Technical Article

Word-by-Word TTS Highlighting in Delphi PDFium Viewers

A read-aloud feature has one visible job beyond the voice: as each word is spoken, it must light up that word on the page and keep it in view. To do that you need the bounding box of every word, indexed to the same character stream the speech engine is reading from. Get the boxes but miss the indexing and the highlight drifts a word or two behind the audio; get the indexing but mishandle the page state and the highlight lands on the wrong page entirely. The cryptography-grade part of this, the synthesizer itself, is the part that rarely breaks. SAPI reports word boundaries to the character. What breaks is the thin mapping layer between a character offset in the speech buffer and a rectangle on the rendered page.

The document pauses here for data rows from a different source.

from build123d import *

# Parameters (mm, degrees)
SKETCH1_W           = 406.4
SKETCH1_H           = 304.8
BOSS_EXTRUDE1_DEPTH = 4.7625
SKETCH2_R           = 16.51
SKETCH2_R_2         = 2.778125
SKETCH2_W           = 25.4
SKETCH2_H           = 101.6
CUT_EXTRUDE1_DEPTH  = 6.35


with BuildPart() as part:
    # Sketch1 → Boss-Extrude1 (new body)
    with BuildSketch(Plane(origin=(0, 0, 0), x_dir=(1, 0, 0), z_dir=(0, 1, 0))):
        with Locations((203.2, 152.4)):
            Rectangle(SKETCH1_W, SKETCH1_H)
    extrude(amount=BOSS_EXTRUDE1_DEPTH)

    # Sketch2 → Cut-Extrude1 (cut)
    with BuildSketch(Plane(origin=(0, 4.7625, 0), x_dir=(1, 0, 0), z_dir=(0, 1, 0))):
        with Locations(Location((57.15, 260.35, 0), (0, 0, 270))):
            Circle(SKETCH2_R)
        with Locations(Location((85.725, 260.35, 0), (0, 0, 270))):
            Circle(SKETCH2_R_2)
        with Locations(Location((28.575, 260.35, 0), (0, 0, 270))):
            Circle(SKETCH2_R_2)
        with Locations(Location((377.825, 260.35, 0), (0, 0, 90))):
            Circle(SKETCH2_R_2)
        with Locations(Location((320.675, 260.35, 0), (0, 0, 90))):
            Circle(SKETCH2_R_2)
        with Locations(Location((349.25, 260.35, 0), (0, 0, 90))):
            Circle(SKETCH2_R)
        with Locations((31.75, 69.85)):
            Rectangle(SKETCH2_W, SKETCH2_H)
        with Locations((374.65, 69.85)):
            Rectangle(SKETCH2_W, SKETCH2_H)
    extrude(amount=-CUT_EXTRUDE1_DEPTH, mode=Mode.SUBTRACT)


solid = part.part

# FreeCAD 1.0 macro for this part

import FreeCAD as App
import Part
import Sketcher
Q = App.Units.Quantity


def add_polygon(sketch, points):
    """Adds a closed chain of lines whose ends are joined by coincident constraints."""
    first, n = sketch.GeometryCount, len(points)
    for a, b in zip(points, points[1:] + points[:1]):
        sketch.addGeometry(Part.LineSegment(App.Vector(*a, 0), App.Vector(*b, 0)), False)
    for i in range(n):
        sketch.addConstraint(Sketcher.Constraint("Coincident", first + i, 2, first + (i + 1) % n, 1))

doc = App.newDocument("Part")
body = doc.addObject("PartDesign::Body", "Body")

sketch1 = body.newObject("Sketcher::SketchObject", "Sketch")
sketch1.AttachmentSupport = (doc.getObject("XZ_Plane"), [""])
sketch1.MapMode = "FlatFace"
add_polygon(sketch1, [(0, -305), (0, 0), (406, 0), (406, -305)])
sketch1.addConstraint(Sketcher.Constraint("Vertical", 0))
sketch1.addConstraint(Sketcher.Constraint("Horizontal", 1))
sketch1.addConstraint(Sketcher.Constraint("Vertical", 2))
sketch1.addConstraint(Sketcher.Constraint("Horizontal", 3))
sketch1.addConstraint(Sketcher.Constraint("Coincident", 0, 2, -1, 1))
sketch1.addConstraint(Sketcher.Constraint("DistanceX", 1, 1, 1, 2, Q("16 in")))
sketch1.addConstraint(Sketcher.Constraint("DistanceY", 0, 1, 0, 2, Q("12 in")))
pad1 = body.newObject("PartDesign::Pad", "Pad")
pad1.Profile = sketch1
pad1.Length = Q("0.1875 in")
pad1.Reversed = True

sketch2 = body.newObject("Sketcher::SketchObject", "Sketch001")
sketch2.AttachmentSupport = (doc.getObject("XZ_Plane"), [""])
sketch2.MapMode = "FlatFace"
sketch2.AttachmentOffset = App.Placement(App.Vector(0, 0, -0.1875 * 25.4), App.Rotation())
sketch2.addGeometry(Part.Circle(App.Vector(57.1, -260.4, 0), App.Vector(0, 0, 1), 16.5), False)
sketch2.addGeometry(Part.Circle(App.Vector(85.7, -260.4, 0), App.Vector(0, 0, 1), 2.8), False)
sketch2.addGeometry(Part.Circle(App.Vector(28.6, -260.4, 0), App.Vector(0, 0, 1), 2.8), False)
sketch2.addGeometry(Part.Circle(App.Vector(377.8, -260.4, 0), App.Vector(0, 0, 1), 2.8), False)
sketch2.addGeometry(Part.Circle(App.Vector(320.7, -260.4, 0), App.Vector(0, 0, 1), 2.8), False)
sketch2.addGeometry(Part.Circle(App.Vector(349.2, -260.4, 0), App.Vector(0, 0, 1), 16.5), False)
add_polygon(sketch2, [(19.1, -120.7), (19.1, -19.1), (44.5, -19.1), (44.5, -120.7)])
add_polygon(sketch2, [(361.9, -120.7), (361.9, -19.1), (387.4, -19.1), (387.4, -120.7)])
sketch2.addConstraint(Sketcher.Constraint("Vertical", 6))
sketch2.addConstraint(Sketcher.Constraint("Horizontal", 7))
sketch2.addConstraint(Sketcher.Constraint("Vertical", 8))
sketch2.addConstraint(Sketcher.Constraint("Horizontal", 9))
sketch2.addConstraint(Sketcher.Constraint("Vertical", 10))
sketch2.addConstraint(Sketcher.Constraint("Horizontal", 11))
sketch2.addConstraint(Sketcher.Constraint("Vertical", 12))
sketch2.addConstraint(Sketcher.Constraint("Horizontal", 13))
sketch2.addConstraint(Sketcher.Constraint("Equal", 1, 2))
sketch2.addConstraint(Sketcher.Constraint("Equal", 2, 3))
sketch2.addConstraint(Sketcher.Constraint("Equal", 3, 4))
sketch2.addConstraint(Sketcher.Constraint("Equal", 0, 5))
sketch2.addConstraint(Sketcher.Constraint("Horizontal", 0, 3, 1, 3))
sketch2.addConstraint(Sketcher.Constraint("Horizontal", 1, 3, 2, 3))
sketch2.addConstraint(Sketcher.Constraint("Horizontal", 2, 3, 3, 3))
sketch2.addConstraint(Sketcher.Constraint("Horizontal", 3, 3, 4, 3))
sketch2.addConstraint(Sketcher.Constraint("Horizontal", 4, 3, 5, 3))
sketch2.addConstraint(Sketcher.Constraint("Horizontal", 7, 2, 10, 2))
sketch2.addConstraint(Sketcher.Constraint("Horizontal", 9, 2, 12, 2))
sketch2.addConstraint(Sketcher.Constraint("Equal", 9, 11))
sketch2.addConstraint(Sketcher.Constraint("Diameter", 0, Q("1.3 in")))
sketch2.addConstraint(Sketcher.Constraint("DistanceX", 7, 1, 7, 2, Q("1 in")))
sketch2.addConstraint(Sketcher.Constraint("DistanceY", 6, 1, 6, 2, Q("4 in")))
sketch2.addConstraint(Sketcher.Constraint("Diameter", 1, Q("0.21875 in")))
sketch2.addConstraint(Sketcher.Constraint("DistanceX", 6, 2, 5, 3, Q("13 in")))
sketch2.addConstraint(Sketcher.Constraint("DistanceX", 1, 3, 3, 3, Q("11.5 in")))
sketch2.addConstraint(Sketcher.Constraint("DistanceX", 2, 3, 4, 3, Q("11.5 in")))
sketch2.addConstraint(Sketcher.Constraint("DistanceX", 0, 3, 5, 3, Q("11.5 in")))
sketch2.addConstraint(Sketcher.Constraint("DistanceY", 2, 3, 6, 2, Q("9.5 in")))
sketch2.addConstraint(Sketcher.Constraint("DistanceX", 5, 3, 10, 2, Q("0.5 in")))
sketch2.addConstraint(Sketcher.Constraint("DistanceX", -1, 1, 0, 3, Q("2.25 in")))
sketch2.addConstraint(Sketcher.Constraint("DistanceY", 0, 3, -1, 1, Q("10.25 in")))
sketch2.addConstraint(Sketcher.Constraint("DistanceX", 2, 3, 1, 3, Q("2.25 in")))
sketch2.addConstraint(Sketcher.Constraint("DistanceX", -1, 1, 1, 3, Q("3.375 in")))
pocket1 = body.newObject("PartDesign::Pocket", "Pocket")
pocket1.Profile = sketch2
pocket1.Length = Q("0.25 in")
pocket1.Reversed = True

doc.recompute()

PDFium Component ships that mapping for Delphi, C++Builder, and Lazarus, with word boxes available since v1.53 and the tracking cursor since v1.56. The surface is deliberately narrow: a call that returns the word boxes for a page, a tracker that turns a character offset into a painted highlight, and a couple of properties for color and auto-scroll. Narrow as it is, the order you call things in decides whether the feature works, and most of the failures below come from calling the right functions in the wrong sequence.

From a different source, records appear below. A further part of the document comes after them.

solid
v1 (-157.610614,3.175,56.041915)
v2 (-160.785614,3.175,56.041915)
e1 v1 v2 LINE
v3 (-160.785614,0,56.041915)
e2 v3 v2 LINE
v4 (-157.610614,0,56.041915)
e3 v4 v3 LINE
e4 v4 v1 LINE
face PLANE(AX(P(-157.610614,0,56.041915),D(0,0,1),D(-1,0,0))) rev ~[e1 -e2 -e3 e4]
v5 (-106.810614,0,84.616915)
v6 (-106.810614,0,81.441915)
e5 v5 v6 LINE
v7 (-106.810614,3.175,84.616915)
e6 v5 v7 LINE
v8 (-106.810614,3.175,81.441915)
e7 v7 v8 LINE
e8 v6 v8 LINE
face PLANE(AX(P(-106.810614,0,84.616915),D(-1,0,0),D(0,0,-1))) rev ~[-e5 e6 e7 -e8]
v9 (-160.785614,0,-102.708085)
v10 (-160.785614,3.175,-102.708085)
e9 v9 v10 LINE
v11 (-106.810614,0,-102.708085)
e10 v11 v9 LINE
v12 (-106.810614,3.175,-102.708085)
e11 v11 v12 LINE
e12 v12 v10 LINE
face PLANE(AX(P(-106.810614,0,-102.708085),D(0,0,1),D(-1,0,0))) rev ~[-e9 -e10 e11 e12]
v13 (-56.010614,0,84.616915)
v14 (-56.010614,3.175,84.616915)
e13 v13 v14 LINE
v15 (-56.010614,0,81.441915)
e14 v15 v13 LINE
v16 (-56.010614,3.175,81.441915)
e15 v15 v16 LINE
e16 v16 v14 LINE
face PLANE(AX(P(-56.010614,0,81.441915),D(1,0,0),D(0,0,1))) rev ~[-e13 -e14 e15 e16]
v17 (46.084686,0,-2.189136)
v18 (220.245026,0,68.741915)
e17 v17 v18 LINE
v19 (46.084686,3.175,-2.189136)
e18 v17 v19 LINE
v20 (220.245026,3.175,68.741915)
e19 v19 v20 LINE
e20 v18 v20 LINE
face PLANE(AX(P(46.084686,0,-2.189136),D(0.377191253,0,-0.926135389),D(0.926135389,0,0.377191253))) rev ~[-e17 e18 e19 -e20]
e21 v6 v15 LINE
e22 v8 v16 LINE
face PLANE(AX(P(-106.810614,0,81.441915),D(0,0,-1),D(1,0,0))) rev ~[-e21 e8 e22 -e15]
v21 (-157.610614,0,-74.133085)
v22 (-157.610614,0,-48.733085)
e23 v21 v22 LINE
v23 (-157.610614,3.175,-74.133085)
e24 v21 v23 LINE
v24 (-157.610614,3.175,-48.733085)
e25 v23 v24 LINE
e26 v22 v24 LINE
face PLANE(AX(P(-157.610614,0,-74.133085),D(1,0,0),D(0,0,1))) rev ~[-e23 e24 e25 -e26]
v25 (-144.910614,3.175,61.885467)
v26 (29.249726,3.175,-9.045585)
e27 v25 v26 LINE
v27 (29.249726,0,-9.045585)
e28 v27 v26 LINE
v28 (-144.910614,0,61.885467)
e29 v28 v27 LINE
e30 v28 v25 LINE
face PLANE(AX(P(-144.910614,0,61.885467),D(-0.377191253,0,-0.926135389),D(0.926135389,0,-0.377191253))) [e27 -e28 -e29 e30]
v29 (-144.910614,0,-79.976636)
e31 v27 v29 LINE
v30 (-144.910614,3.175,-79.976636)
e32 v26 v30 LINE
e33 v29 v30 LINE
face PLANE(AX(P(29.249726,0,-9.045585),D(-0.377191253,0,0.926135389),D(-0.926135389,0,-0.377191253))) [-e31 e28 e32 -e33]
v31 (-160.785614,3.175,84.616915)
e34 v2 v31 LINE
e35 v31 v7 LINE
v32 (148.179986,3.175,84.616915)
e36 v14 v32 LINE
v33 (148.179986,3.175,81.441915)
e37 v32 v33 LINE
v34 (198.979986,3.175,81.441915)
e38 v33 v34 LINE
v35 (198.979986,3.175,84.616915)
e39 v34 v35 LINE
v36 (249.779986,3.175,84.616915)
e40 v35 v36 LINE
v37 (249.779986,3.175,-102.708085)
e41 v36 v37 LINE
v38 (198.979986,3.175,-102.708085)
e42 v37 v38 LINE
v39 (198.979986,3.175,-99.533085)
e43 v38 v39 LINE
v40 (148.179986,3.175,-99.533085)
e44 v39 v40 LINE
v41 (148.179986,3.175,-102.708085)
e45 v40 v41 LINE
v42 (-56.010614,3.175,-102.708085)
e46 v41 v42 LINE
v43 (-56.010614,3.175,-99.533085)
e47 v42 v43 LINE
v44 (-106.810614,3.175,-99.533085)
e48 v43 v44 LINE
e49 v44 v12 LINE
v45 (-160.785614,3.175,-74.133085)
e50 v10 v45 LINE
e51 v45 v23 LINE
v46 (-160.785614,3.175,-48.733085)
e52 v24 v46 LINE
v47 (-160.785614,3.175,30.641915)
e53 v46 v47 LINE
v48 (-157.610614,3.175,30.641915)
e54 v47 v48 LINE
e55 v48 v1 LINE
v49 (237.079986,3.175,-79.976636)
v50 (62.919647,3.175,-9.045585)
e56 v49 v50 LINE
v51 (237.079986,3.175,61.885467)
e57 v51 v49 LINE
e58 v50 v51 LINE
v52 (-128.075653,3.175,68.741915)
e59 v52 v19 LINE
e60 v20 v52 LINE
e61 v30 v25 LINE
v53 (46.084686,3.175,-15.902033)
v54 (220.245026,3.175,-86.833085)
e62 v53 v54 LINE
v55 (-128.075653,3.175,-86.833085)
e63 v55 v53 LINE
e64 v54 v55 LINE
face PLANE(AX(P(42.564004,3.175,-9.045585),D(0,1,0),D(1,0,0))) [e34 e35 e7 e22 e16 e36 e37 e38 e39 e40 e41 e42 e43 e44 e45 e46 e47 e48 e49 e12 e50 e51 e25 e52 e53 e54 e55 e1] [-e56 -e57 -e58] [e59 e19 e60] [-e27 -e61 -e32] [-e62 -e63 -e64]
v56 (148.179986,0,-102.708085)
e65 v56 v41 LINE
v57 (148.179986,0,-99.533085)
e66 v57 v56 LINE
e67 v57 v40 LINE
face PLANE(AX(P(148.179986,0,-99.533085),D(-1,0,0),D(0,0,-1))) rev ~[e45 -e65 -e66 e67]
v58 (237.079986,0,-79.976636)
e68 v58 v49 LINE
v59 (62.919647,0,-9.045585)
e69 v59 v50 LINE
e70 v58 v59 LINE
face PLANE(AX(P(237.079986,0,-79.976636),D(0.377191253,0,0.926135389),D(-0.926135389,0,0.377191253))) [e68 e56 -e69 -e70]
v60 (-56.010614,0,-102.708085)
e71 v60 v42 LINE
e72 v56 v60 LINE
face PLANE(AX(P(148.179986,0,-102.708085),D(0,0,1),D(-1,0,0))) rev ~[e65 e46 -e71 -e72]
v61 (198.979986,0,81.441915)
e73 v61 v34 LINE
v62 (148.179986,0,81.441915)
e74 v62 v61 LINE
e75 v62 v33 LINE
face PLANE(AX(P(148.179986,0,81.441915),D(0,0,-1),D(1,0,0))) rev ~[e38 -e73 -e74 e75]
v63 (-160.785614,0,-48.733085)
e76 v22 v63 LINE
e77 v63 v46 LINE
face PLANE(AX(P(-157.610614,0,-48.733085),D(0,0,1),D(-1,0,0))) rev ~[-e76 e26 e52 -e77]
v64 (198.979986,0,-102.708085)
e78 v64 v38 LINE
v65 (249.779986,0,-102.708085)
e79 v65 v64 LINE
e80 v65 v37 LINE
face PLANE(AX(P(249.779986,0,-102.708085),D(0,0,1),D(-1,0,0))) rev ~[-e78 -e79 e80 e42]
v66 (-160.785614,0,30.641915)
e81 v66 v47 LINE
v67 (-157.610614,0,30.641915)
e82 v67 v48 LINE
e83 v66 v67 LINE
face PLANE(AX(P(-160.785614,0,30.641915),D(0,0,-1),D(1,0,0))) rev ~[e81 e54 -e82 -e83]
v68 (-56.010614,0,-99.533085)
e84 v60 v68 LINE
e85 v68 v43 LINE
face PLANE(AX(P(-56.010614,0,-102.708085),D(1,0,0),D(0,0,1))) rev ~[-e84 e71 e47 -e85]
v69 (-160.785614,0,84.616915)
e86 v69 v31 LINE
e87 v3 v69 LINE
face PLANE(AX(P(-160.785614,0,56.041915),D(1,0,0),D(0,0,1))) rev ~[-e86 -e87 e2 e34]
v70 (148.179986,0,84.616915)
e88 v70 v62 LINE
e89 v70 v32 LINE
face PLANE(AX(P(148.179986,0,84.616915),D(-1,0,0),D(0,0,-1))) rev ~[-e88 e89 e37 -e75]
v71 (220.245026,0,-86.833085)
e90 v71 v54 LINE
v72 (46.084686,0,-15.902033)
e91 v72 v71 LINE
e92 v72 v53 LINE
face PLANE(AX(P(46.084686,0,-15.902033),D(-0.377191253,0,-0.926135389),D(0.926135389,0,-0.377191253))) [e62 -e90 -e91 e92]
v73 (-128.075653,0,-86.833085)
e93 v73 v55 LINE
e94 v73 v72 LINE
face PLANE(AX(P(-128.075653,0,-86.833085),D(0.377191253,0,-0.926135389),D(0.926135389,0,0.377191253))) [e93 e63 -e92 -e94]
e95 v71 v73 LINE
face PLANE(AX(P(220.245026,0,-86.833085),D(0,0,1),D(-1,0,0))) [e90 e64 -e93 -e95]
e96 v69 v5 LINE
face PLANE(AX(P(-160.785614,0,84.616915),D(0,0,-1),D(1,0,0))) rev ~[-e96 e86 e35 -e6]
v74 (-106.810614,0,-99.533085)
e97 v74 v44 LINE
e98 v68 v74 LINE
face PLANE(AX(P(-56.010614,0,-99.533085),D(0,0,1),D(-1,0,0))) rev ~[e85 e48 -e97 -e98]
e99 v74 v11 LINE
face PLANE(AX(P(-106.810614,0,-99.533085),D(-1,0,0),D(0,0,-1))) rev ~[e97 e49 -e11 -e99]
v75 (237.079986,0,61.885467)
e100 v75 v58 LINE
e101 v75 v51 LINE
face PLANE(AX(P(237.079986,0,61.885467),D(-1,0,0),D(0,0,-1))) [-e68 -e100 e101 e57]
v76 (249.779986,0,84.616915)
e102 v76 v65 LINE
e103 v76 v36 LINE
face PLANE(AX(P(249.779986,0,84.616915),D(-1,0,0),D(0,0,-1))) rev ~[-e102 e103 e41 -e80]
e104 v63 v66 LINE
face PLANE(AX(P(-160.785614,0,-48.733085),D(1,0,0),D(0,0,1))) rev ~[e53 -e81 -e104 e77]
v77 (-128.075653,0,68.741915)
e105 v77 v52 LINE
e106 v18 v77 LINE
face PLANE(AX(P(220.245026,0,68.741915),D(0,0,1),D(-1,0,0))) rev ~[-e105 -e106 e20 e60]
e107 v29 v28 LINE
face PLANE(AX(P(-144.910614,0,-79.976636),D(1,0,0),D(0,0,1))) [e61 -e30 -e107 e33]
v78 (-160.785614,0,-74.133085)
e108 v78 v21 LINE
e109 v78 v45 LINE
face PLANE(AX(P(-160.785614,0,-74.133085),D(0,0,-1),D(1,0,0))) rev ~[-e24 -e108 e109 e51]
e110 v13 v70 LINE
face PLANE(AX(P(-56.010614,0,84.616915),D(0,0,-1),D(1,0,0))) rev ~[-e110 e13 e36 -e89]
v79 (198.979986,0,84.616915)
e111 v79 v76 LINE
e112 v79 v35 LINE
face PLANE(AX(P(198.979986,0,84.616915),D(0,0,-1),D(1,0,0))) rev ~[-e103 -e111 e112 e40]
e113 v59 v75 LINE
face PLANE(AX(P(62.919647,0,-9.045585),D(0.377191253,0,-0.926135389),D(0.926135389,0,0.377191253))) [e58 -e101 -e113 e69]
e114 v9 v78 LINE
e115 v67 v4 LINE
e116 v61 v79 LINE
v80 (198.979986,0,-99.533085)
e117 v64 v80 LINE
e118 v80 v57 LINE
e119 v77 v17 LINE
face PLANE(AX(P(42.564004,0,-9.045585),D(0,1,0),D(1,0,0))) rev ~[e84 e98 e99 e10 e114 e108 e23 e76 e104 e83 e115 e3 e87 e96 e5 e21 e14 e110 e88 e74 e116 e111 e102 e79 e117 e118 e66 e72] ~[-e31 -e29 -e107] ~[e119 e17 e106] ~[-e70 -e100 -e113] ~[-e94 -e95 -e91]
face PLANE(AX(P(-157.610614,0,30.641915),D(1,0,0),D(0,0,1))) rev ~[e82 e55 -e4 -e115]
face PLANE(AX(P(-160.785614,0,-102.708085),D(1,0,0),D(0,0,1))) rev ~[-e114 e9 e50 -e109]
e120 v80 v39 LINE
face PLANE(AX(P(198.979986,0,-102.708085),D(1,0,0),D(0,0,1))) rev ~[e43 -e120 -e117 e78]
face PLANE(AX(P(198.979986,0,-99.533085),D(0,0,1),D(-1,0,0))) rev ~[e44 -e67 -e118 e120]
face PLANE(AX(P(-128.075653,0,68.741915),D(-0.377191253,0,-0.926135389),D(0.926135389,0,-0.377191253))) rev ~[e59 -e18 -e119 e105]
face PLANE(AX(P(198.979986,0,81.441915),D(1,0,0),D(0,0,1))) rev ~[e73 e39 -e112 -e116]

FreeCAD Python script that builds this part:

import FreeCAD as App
import Part
import Sketcher
Q = App.Units.Quantity

doc = App.newDocument("Part")
params = doc.addObject("Spreadsheet::Sheet", "Params")
for row, (alias, value) in enumerate([
    ("sketch1_width", "2 in"),
    ("sketch1_height", "1 in"),
    ("sketch1_width2", "8.039 in"),
    ("sketch1_width3", "2.125 in"),
    ("sketch1_height2", "7.375 in"),
    ("pad1_length", "0.125 in"),
], start=1):
    params.set(f"A{row}", alias)
    params.set(f"B{row}", "=" + value)
    params.setAlias(f"B{row}", alias)

body = doc.addObject("PartDesign::Body", "Body")

# Sketch on XZ plane
sketch1 = doc.addObject("Sketcher::SketchObject", "Sketch")
body.addObject(sketch1)
sketch1.AttachmentSupport = (doc.XZ_Plane, [""])
sketch1.MapMode = "FlatFace"
sketch1.addGeometry(Part.LineSegment(App.Vector(-56, 81.4, 0), App.Vector(-56, 84.6, 0)), False)
sketch1.addGeometry(Part.LineSegment(App.Vector(-56, 84.6, 0), App.Vector(148.2, 84.6, 0)), False)
sketch1.addGeometry(Part.LineSegment(App.Vector(148.2, 84.6, 0), App.Vector(148.2, 81.4, 0)), False)
sketch1.addGeometry(Part.LineSegment(App.Vector(148.2, 81.4, 0), App.Vector(199, 81.4, 0)), False)
sketch1.addGeometry(Part.LineSegment(App.Vector(199, 81.4, 0), App.Vector(199, 84.6, 0)), False)
sketch1.addGeometry(Part.LineSegment(App.Vector(199, 84.6, 0), App.Vector(249.8, 84.6, 0)), False)
sketch1.addGeometry(Part.LineSegment(App.Vector(249.8, 84.6, 0), App.Vector(249.8, -102.7, 0)), False)
sketch1.addGeometry(Part.LineSegment(App.Vector(249.8, -102.7, 0), App.Vector(199, -102.7, 0)), False)
sketch1.addGeometry(Part.LineSegment(App.Vector(199, -102.7, 0), App.Vector(199, -99.5, 0)), False)
sketch1.addGeometry(Part.LineSegment(App.Vector(199, -99.5, 0), App.Vector(148.2, -99.5, 0)), False)
sketch1.addGeometry(Part.LineSegment(App.Vector(148.2, -99.5, 0), App.Vector(148.2, -102.7, 0)), False)
sketch1.addGeometry(Part.LineSegment(App.Vector(148.2, -102.7, 0), App.Vector(-56, -102.7, 0)), False)
sketch1.addGeometry(Part.LineSegment(App.Vector(-56, -102.7, 0), App.Vector(-56, -99.5, 0)), False)
sketch1.addGeometry(Part.LineSegment(App.Vector(-56, -99.5, 0), App.Vector(-106.8, -99.5, 0)), False)
sketch1.addGeometry(Part.LineSegment(App.Vector(-106.8, -99.5, 0), App.Vector(-106.8, -102.7, 0)), False)
sketch1.addGeometry(Part.LineSegment(App.Vector(-106.8, -102.7, 0), App.Vector(-160.8, -102.7, 0)), False)
sketch1.addGeometry(Part.LineSegment(App.Vector(-160.8, -102.7, 0), App.Vector(-160.8, -74.1, 0)), False)
sketch1.addGeometry(Part.LineSegment(App.Vector(-160.8, -74.1, 0), App.Vector(-157.6, -74.1, 0)), False)
sketch1.addGeometry(Part.LineSegment(App.Vector(-157.6, -74.1, 0), App.Vector(-157.6, -48.7, 0)), False)
sketch1.addGeometry(Part.LineSegment(App.Vector(-157.6, -48.7, 0), App.Vector(-160.8, -48.7, 0)), False)
sketch1.addGeometry(Part.LineSegment(App.Vector(-160.8, -48.7, 0), App.Vector(-160.8, 30.6, 0)), False)
sketch1.addGeometry(Part.LineSegment(App.Vector(-160.8, 30.6, 0), App.Vector(-157.6, 30.6, 0)), False)
sketch1.addGeometry(Part.LineSegment(App.Vector(-157.6, 30.6, 0), App.Vector(-157.6, 56, 0)), False)
sketch1.addGeometry(Part.LineSegment(App.Vector(-157.6, 56, 0), App.Vector(-160.8, 56, 0)), False)
sketch1.addGeometry(Part.LineSegment(App.Vector(-160.8, 56, 0), App.Vector(-160.8, 84.6, 0)), False)
sketch1.addGeometry(Part.LineSegment(App.Vector(-160.8, 84.6, 0), App.Vector(-106.8, 84.6, 0)), False)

Characters are not words, and TTS engines speak in characters

A speech engine consumes a flat string and reports progress as character positions within that string. A PDF page has glyphs placed in page space, where a "word" is a heuristic cluster of glyph runs. The two coordinate systems share nothing unless the text you hand the synthesizer is byte-for-byte the text the word boxes were computed from. That is rule one, and it is unforgiving. Normalize whitespace, strip soft hyphens, or otherwise "clean up" the extracted text before speaking it, and every downstream offset is silently wrong. Speak exactly what you extracted, or keep an explicit offset remapping table. There is no third option that survives real documents.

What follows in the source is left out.